Sometimes, of course, destroying a work of art would be such a major task that it seems unlikely to have happened. The most baffling disappearance here recorded is of Michelangelo's bronze David — a quite different sculpture from the famous marble one, close in design to the David of Donatello. It disappeared comparatively recently, in France at the end of the 18th century, It belonged to the Villeroy family, and their collection was confiscated in the course of the Terror. Some of the collection was destroyed in 1793, but it is known fairly exactly what the destruction extended to, and the difficulty of destroying a lifesized bronze is not referred to anywhere. Two revolutionary officials, indeed, remark that, like the other bronzes at Villeroy, it is in good condition and would serve equally well to adorn 'the Museum' or 'the National Garden'. What happened to it? Was it stolen, melted down, or perhaps buried for later reclamation? (I wouldn't mind wandering over the gardens of the estate at Villeroy with a metal detector, I must say). The story of what might have proved one of Michetangelo's greatest works peters out mysteriously.

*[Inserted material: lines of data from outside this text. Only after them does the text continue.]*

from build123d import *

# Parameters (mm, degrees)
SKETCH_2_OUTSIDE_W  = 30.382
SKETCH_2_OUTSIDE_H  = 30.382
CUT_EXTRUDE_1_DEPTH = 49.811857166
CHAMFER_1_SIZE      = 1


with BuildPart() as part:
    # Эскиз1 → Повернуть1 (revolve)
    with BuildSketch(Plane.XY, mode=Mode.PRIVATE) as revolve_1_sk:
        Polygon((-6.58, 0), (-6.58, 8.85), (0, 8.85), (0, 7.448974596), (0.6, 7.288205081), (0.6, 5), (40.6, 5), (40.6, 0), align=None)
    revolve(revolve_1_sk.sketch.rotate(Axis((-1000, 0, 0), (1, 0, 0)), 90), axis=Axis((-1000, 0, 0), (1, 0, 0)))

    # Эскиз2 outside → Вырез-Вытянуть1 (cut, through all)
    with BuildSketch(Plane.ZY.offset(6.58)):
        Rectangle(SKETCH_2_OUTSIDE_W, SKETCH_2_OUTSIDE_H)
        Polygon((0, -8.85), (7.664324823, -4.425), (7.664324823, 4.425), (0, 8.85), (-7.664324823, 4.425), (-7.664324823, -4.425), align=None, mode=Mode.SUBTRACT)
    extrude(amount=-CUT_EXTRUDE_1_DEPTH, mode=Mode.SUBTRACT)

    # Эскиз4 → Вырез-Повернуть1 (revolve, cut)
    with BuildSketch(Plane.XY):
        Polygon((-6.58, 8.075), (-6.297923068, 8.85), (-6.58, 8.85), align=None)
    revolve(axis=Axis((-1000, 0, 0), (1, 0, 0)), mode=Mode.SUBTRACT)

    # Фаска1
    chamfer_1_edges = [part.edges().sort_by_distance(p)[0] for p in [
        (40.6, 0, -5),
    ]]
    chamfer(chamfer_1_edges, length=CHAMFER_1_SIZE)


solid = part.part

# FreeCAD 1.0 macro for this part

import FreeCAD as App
import Part
import Sketcher
from FreeCAD import Vector
Q = App.Units.Quantity


def edges_at(feature, points):
    """Names of the edges that pass closest to the given points."""
    edges = feature.Shape.Edges
    near = lambda p: min(range(len(edges)), key=lambda i: edges[i].distToShape(Part.Vertex(*p))[0])
    return sorted({f"Edge{near(p) + 1}" for p in points})


def add_polygon(sketch, points):
    """Adds a closed chain of lines whose ends are joined by coincident constraints."""
    first, n = sketch.GeometryCount, len(points)
    for a, b in zip(points, points[1:] + points[:1]):
        sketch.addGeometry(Part.LineSegment(App.Vector(*a, 0), App.Vector(*b, 0)), False)
    for i in range(n):
        sketch.addConstraint(Sketcher.Constraint("Coincident", first + i, 2, first + (i + 1) % n, 1))

doc = App.newDocument("Part")
body = doc.addObject("PartDesign::Body", "Body")

# Sketch on XY plane
sketch1 = doc.addObject("Sketcher::SketchObject", "Sketch")
body.addObject(sketch1)
sketch1.AttachmentSupport = (doc.XY_Plane, [""])
sketch1.MapMode = "FlatFace"
add_polygon(sketch1, [(-6.6, 8.8), (-6.6, 0), (40.6, 0), (40.6, 5), (0.6, 5), (0.6, 7.3), (0, 7.4), (0, 8.8)])  # lines 0-7
sketch1.addConstraint([
    Sketcher.Constraint("Vertical", 0),
    Sketcher.Constraint("Horizontal", 1),
    Sketcher.Constraint("Vertical", 2),
    Sketcher.Constraint("Horizontal", 3),
    Sketcher.Constraint("Vertical", 4),
    Sketcher.Constraint("Vertical", 6),
    Sketcher.Constraint("Horizontal", 7),
    Sketcher.Constraint("PointOnObject", 0, 2, -1),
    Sketcher.Constraint("PointOnObject", 5, 2, -2),
    Sketcher.Constraint("DistanceX", 3, 2, 3, 1, Q("40 mm")),
    Sketcher.Constraint("DistanceY", 2, 1, 2, 2, Q("5 mm")),
    Sketcher.Constraint("Angle", 5, Q("165 deg")),
    Sketcher.Constraint("DistanceX", 1, 1, 1, 2, Q("47.18 mm")),
    Sketcher.Constraint("DistanceX", 7, 2, 7, 1, Q("6.58 mm")),
    Sketcher.Constraint("DistanceY", 0, 2, 0, 1, Q("8.85 mm")),
    Sketcher.Constraint("DistanceY", 4, 1, 4, 2, Q("2.288205 mm")),
])
revolution = doc.addObject("PartDesign::Revolution", "Revolution")
body.addObject(revolution)
revolution.Profile = sketch1
revolution.ReferenceAxis = (sketch1, ["H_Axis"])
revolution.Angle = 360

# Sketch on YZ plane
sketch2 = doc.addObject("Sketcher::SketchObject", "Sketch001")
body.addObject(sketch2)
sketch2.AttachmentSupport = (doc.YZ_Plane, [""])
sketch2.MapMode = "FlatFace"
sketch2.AttachmentOffset = App.Placement(Vector(0, 0, -6.58), App.Rotation())
add_polygon(sketch2, [(15, -15), (-15, -15), (-15, 15), (15, 15)])  # lines 0-3
add_polygon(sketch2, [(-4, 8), (-9, 0), (-4, -8), (4, -8), (9, 0), (4, 8)])  # lines 4-9
sketch2.addConstraint([
    Sketcher.Constraint("Horizontal", 0),
    Sketcher.Constraint("Vertical", 1),
    Sketcher.Constraint("Horizontal", 2),
    Sketcher.Constraint("Vertical", 3),
    Sketcher.Constraint("Horizontal", 6),
    Sketcher.Constraint("Horizontal", 9),
    Sketcher.Constraint("Symmetric", 0, 2, 2, 2, -1, 1),
    Sketcher.Constraint("Symmetric", 4, 2, 7, 2, -1, 1),
    Sketcher.Constraint("Symmetric", 5, 2, 8, 2, -1, 1),
    Sketcher.Constraint("PointOnObject", 4, 2, -1),
    Sketcher.Constraint("Parallel", 4, 7),
    Sketcher.Constraint("Vertical", 6, 2, 8, 2),
    Sketcher.Constraint("Equal", 2, 1),
    Sketcher.Constraint("Angle", 4, Q("-120 deg")),
    Sketcher.Constraint("DistanceX", 6, 1, 6, 2, Q("8.85 mm")),
    Sketcher.Constraint("DistanceX", 4, 2, 7, 2, Q("17.7 mm")),
    Sketcher.Constraint("DistanceX", 0, 2, 0, 1, Q("30.382 mm")),
])
pocket1 = doc.addObject("PartDesign::Pocket", "Pocket")
body.addObject(pocket1)
pocket1.Profile = sketch2
pocket1.Type = "ThroughAll"
pocket1.Reversed = True

# Sketch on XY plane
sketch3 = doc.addObject("Sketcher::SketchObject", "Sketch002")
body.addObject(sketch3)
sketch3.AttachmentSupport = (doc.XY_Plane, [""])
sketch3.MapMode = "FlatFace"
add_polygon(sketch3, [(-6.58, 8.07), (-6.3, 8.85), (-6.58, 8.85)])  # lines 0-2
sketch3.addConstraint([
    Sketcher.Constraint("Horizontal", 1),
    Sketcher.Constraint("Vertical", 2),
    Sketcher.Constraint("Angle", 0, Q("70 deg")),
    Sketcher.Constraint("DistanceY", 2, 2, 2, 1, Q("0.775 mm")),
    Sketcher.Constraint("DistanceY", -1, 1, 0, 2, Q("8.85 mm")),
    Sketcher.Constraint("DistanceX", 1, 2, -1, 1, Q("6.58 mm")),
])
groove = doc.addObject("PartDesign::Groove", "Groove")
body.addObject(groove)
groove.Profile = sketch3
groove.ReferenceAxis = (sketch3, ["H_Axis"])
groove.Angle = 360
doc.recompute()

chamfer = doc.addObject("PartDesign::Chamfer", "Chamfer")
body.addObject(chamfer)
chamfer.Base = (groove, edges_at(groove, [(40.6, 0, -5)]))
chamfer.Size = 1

doc.recompute()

The profound point underlying this distinguished and haunting book is that art never belongs to anyone: it has a life of its own which imposes duties on its temporary keepers. It is not ours to lose or destroy,
and to do so is an act of peculiar wickedness. Not everybody appears to understand this. The Duke and Duchess of Northumberland, two of the most proposterous vulgarians known to mankind, seemed to be under the impression that their Raphael was theirs to dispose of as they saw fit, as if the nation would benefit just as much from the sum of money they had been offered by Americans as from the presence of the painting itself. There are worse cases; the Van Gogh 'Irises' was bought by a Japanese businessman who announced that he wanted it to be burnt with him when he died; since he died, nothing more has been heard of it. These acts of wilful destruction and neglect are appalling, since it was always somebody's duty to look after and preserve the great masterpiece which passed through their hands. In each of these cases, there is an untold and unknowable story of someone who did not notice what their duty was, and who lost, destroyed or forgot about something the worth of which cannot ever be completely described in financial terms.